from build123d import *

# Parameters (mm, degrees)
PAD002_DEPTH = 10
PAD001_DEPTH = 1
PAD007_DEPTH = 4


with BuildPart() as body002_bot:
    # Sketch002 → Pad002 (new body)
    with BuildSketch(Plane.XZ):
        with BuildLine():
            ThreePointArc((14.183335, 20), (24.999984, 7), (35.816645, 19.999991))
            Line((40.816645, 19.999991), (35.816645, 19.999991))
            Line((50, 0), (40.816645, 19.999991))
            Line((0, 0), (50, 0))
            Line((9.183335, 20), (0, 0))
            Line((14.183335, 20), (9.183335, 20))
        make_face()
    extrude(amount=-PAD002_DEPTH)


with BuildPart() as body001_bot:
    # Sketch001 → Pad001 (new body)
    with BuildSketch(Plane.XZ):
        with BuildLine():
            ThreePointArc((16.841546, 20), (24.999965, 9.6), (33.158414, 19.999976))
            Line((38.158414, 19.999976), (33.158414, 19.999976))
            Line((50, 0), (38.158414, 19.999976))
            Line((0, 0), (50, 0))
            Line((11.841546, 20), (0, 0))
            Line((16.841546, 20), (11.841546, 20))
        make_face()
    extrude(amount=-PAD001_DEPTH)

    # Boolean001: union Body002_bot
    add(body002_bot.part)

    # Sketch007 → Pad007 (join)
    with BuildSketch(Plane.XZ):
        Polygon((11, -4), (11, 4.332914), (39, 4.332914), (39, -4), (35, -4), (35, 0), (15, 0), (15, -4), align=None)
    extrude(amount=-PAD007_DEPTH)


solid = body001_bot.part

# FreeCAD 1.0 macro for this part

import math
import FreeCAD as App
import Part
import Sketcher

V = App.Vector
Q = App.Units.Quantity

doc = App.newDocument("Part")
params = doc.addObject("Spreadsheet::Sheet", "Params")
for row, (alias, value) in enumerate([
    ("sketch1_radius", "11 mm"),
    ("sketch1_width", "5 mm"),
    ("sketch1_width2", "50 mm"),
    ("pad1_length", "10 mm"),
    ("sketch2_radius", "8.4 mm"),
    ("sketch2_width", "5 mm"),
    ("sketch2_width2", "50 mm"),
    ("pad2_length", "1 mm"),
    ("sketch3_width", "4 mm"),
    ("sketch3_width2", "20 mm"),
    ("pad3_length", "4 mm"),
], start=1):
    params.set(f"A{row}", alias)
    params.set(f"B{row}", "=" + value)
    params.setAlias(f"B{row}", alias)

body = doc.addObject("PartDesign::Body", "Body")

sketch1 = body.newObject("Sketcher::SketchObject", "Sketch")
sketch1.AttachmentSupport = (doc.getObject("XZ_Plane"), [""])
sketch1.MapMode = "FlatFace"
sketch1.addGeometry(Part.ArcOfCircle(Part.Circle(V(25, 18, 0), V(0, 0, 1), 11), math.radians(170), math.radians(370)), False)
sketch1.addGeometry(Part.LineSegment(V(14, 20, 0), V(9, 20, 0)), False)
sketch1.addGeometry(Part.LineSegment(V(9, 20, 0), V(0, 0, 0)), False)
sketch1.addGeometry(Part.LineSegment(V(0, 0, 0), V(50, 0, 0)), False)
sketch1.addGeometry(Part.LineSegment(V(50, 0, 0), V(41, 20, 0)), False)
sketch1.addGeometry(Part.LineSegment(V(41, 20, 0), V(36, 20, 0)), False)
sketch1.addConstraint(Sketcher.Constraint("Coincident", 0, 1, 1, 1))
sketch1.addConstraint(Sketcher.Constraint("Coincident", 1, 2, 2, 1))
sketch1.addConstraint(Sketcher.Constraint("Coincident", 2, 2, 3, 1))
sketch1.addConstraint(Sketcher.Constraint("Coincident", 3, 2, 4, 1))
sketch1.addConstraint(Sketcher.Constraint("Coincident", 4, 2, 5, 1))
sketch1.addConstraint(Sketcher.Constraint("Coincident", 5, 2, 0, 2))
sketch1.addConstraint(Sketcher.Constraint("Horizontal", 1))
sketch1.addConstraint(Sketcher.Constraint("Horizontal", 3))
sketch1.addConstraint(Sketcher.Constraint("Horizontal", 5))
sketch1.addConstraint(Sketcher.Constraint("Coincident", 2, 2, -1, 1))
sketch1.addConstraint(Sketcher.Constraint("Equal", 1, 5))
sketch1.addConstraint(Sketcher.Constraint("Equal", 2, 4))
sketch1.addConstraint(Sketcher.Constraint("Radius", 0, Q("11 mm")))
sketch1.addConstraint(Sketcher.Constraint("DistanceX", 1, 2, 1, 1, Q("5 mm")))
sketch1.addConstraint(Sketcher.Constraint("DistanceX", 3, 1, 3, 2, Q("50 mm")))
sketch1.addConstraint(Sketcher.Constraint("DistanceY", -1, 1, 0, 3, Q("18 mm")))
sketch1.addConstraint(Sketcher.Constraint("DistanceY", -1, 1, 0, 1, Q("20 mm")))
sketch1.addConstraint(Sketcher.Constraint("Distance", 2, Q("22.007581 mm")))
sketch1.setExpression("Constraints[12]", "Params.sketch1_radius")
sketch1.setExpression("Constraints[13]", "Params.sketch1_width")
sketch1.setExpression("Constraints[14]", "Params.sketch1_width2")
pad1 = body.newObject("PartDesign::Pad", "Pad")
pad1.Profile = sketch1
pad1.setExpression("Length", "Params.pad1_length")
pad1.Reversed = True
body2 = doc.addObject("PartDesign::Body", "Body001")

sketch2 = body2.newObject("Sketcher::SketchObject", "Sketch001")
sketch2.AttachmentSupport = (doc.getObject("XZ_Plane001"), [""])
sketch2.MapMode = "FlatFace"
sketch2.addGeometry(Part.ArcOfCircle(Part.Circle(V(25, 18, 0), V(0, 0, 1), 8), math.radians(166), math.radians(374)), False)
sketch2.addGeometry(Part.LineSegment(V(17, 20, 0), V(12, 20, 0)), False)
sketch2.addGeometry(Part.LineSegment(V(12, 20, 0), V(0, 0, 0)), False)
sketch2.addGeometry(Part.LineSegment(V(0, 0, 0), V(50, 0, 0)), False)
sketch2.addGeometry(Part.LineSegment(V(50, 0, 0), V(38, 20, 0)), False)
sketch2.addGeometry(Part.LineSegment(V(38, 20, 0), V(33, 20, 0)), False)
sketch2.addConstraint(Sketcher.Constraint("Coincident", 0, 1, 1, 1))
sketch2.addConstraint(Sketcher.Constraint("Coincident", 1, 2, 2, 1))
sketch2.addConstraint(Sketcher.Constraint("Coincident", 2, 2, 3, 1))
sketch2.addConstraint(Sketcher.Constraint("Coincident", 3, 2, 4, 1))
sketch2.addConstraint(Sketcher.Constraint("Coincident", 4, 2, 5, 1))
sketch2.addConstraint(Sketcher.Constraint("Coincident", 5, 2, 0, 2))
sketch2.addConstraint(Sketcher.Constraint("Horizontal", 1))
sketch2.addConstraint(Sketcher.Constraint("Horizontal", 3))
sketch2.addConstraint(Sketcher.Constraint("Horizontal", 5))
sketch2.addConstraint(Sketcher.Constraint("Coincident", 2, 2, -1, 1))
sketch2.addConstraint(Sketcher.Constraint("Equal", 1, 5))
sketch2.addConstraint(Sketcher.Constraint("Equal", 2, 4))
sketch2.addConstraint(Sketcher.Constraint("Radius", 0, Q("8.4 mm")))
sketch2.addConstraint(Sketcher.Constraint("DistanceX", 1, 2, 1, 1, Q("5 mm")))
sketch2.addConstraint(Sketcher.Constraint("DistanceX", 3, 1, 3, 2, Q("50 mm")))
sketch2.addConstraint(Sketcher.Constraint("DistanceY", -1, 1, 0, 3, Q("18 mm")))
sketch2.addConstraint(Sketcher.Constraint("DistanceY", -1, 1, 0, 1, Q("20 mm")))
sketch2.addConstraint(Sketcher.Constraint("Distance", 2, Q("23.242681 mm")))
sketch2.setExpression("Constraints[12]", "Params.sketch2_radius")
sketch2.setExpression("Constraints[13]", "Params.sketch2_width")
sketch2.setExpression("Constraints[14]", "Params.sketch2_width2")
pad2 = body2.newObject("PartDesign::Pad", "Pad001")
pad2.Profile = sketch2
pad2.setExpression("Length", "Params.pad2_length")
pad2.Reversed = True
doc.recompute()

boolean = body2.newObject("PartDesign::Boolean", "Boolean")
boolean.Type = "Fuse"
boolean.addObjects([body])

sketch3 = body2.newObject("Sketcher::SketchObject", "Sketch002")
sketch3.AttachmentSupport = (doc.getObject("XZ_Plane001"), [""])
sketch3.MapMode = "FlatFace"
sketch3.addGeometry(Part.LineSegment(V(11, 4.3, 0), V(11, -4, 0)), False)
sketch3.addGeometry(Part.LineSegment(V(11, -4, 0), V(15, -4, 0)), False)
sketch3.addGeometry(Part.LineSegment(V(15, -4, 0), V(15, 0, 0)), False)
sketch3.addGeometry(Part.LineSegment(V(15, 0, 0), V(35, 0, 0)), False)
sketch3.addGeometry(Part.LineSegment(V(35, 0, 0), V(35, -4, 0)), False)
sketch3.addGeometry(Part.LineSegment(V(35, -4, 0), V(39, -4, 0)), False)
sketch3.addGeometry(Part.LineSegment(V(39, -4, 0), V(39, 4.3, 0)), False)
sketch3.addGeometry(Part.LineSegment(V(39, 4.3, 0), V(11, 4.3, 0)), False)
sketch3.addConstraint(Sketcher.Constraint("Coincident", 0, 2, 1, 1))
sketch3.addConstraint(Sketcher.Constraint("Coincident", 1, 2, 2, 1))
sketch3.addConstraint(Sketcher.Constraint("Coincident", 2, 2, 3, 1))
sketch3.addConstraint(Sketcher.Constraint("Coincident", 3, 2, 4, 1))
sketch3.addConstraint(Sketcher.Constraint("Coincident", 4, 2, 5, 1))
sketch3.addConstraint(Sketcher.Constraint("Coincident", 5, 2, 6, 1))
sketch3.addConstraint(Sketcher.Constraint("Coincident", 6, 2, 7, 1))
sketch3.addConstraint(Sketcher.Constraint("Coincident", 7, 2, 0, 1))
sketch3.addConstraint(Sketcher.Constraint("Vertical", 0))
sketch3.addConstraint(Sketcher.Constraint("Horizontal", 1))
sketch3.addConstraint(Sketcher.Constraint("Vertical", 2))
sketch3.addConstraint(Sketcher.Constraint("Horizontal", 3))
sketch3.addConstraint(Sketcher.Constraint("Vertical", 4))
sketch3.addConstraint(Sketcher.Constraint("Horizontal", 5))
sketch3.addConstraint(Sketcher.Constraint("Vertical", 6))
sketch3.addConstraint(Sketcher.Constraint("Horizontal", 7))
sketch3.addConstraint(Sketcher.Constraint("PointOnObject", 2, 2, -1))
sketch3.addConstraint(Sketcher.Constraint("Horizontal", 1, 2, 4, 2))
sketch3.addConstraint(Sketcher.Constraint("Equal", 1, 5))
sketch3.addConstraint(Sketcher.Constraint("Equal", 5, 2))
sketch3.addConstraint(Sketcher.Constraint("DistanceX", 1, 1, 1, 2, Q("4 mm")))
sketch3.addConstraint(Sketcher.Constraint("DistanceX", 3, 1, 3, 2, Q("20 mm")))
sketch3.addConstraint(Sketcher.Constraint("DistanceX", -1, 1, 0, 2, Q("11 mm")))
sketch3.addConstraint(Sketcher.Constraint("DistanceY", 0, 2, 0, 1, Q("8.332914 mm")))
sketch3.setExpression("Constraints[20]", "Params.sketch3_width")
sketch3.setExpression("Constraints[21]", "Params.sketch3_width2")
pad3 = body2.newObject("PartDesign::Pad", "Pad002")
pad3.Profile = sketch3
pad3.setExpression("Length", "Params.pad3_length")
pad3.Reversed = True

doc.recompute()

* _Work request_:
Each line in the listing above that includes the word "ThreePointArc" needs to be copied out.

* _Your response_:
            ThreePointArc((14.183335, 20), (24.999984, 7), (35.816645, 19.999991))
            ThreePointArc((16.841546, 20), (24.999965, 9.6), (33.158414, 19.999976))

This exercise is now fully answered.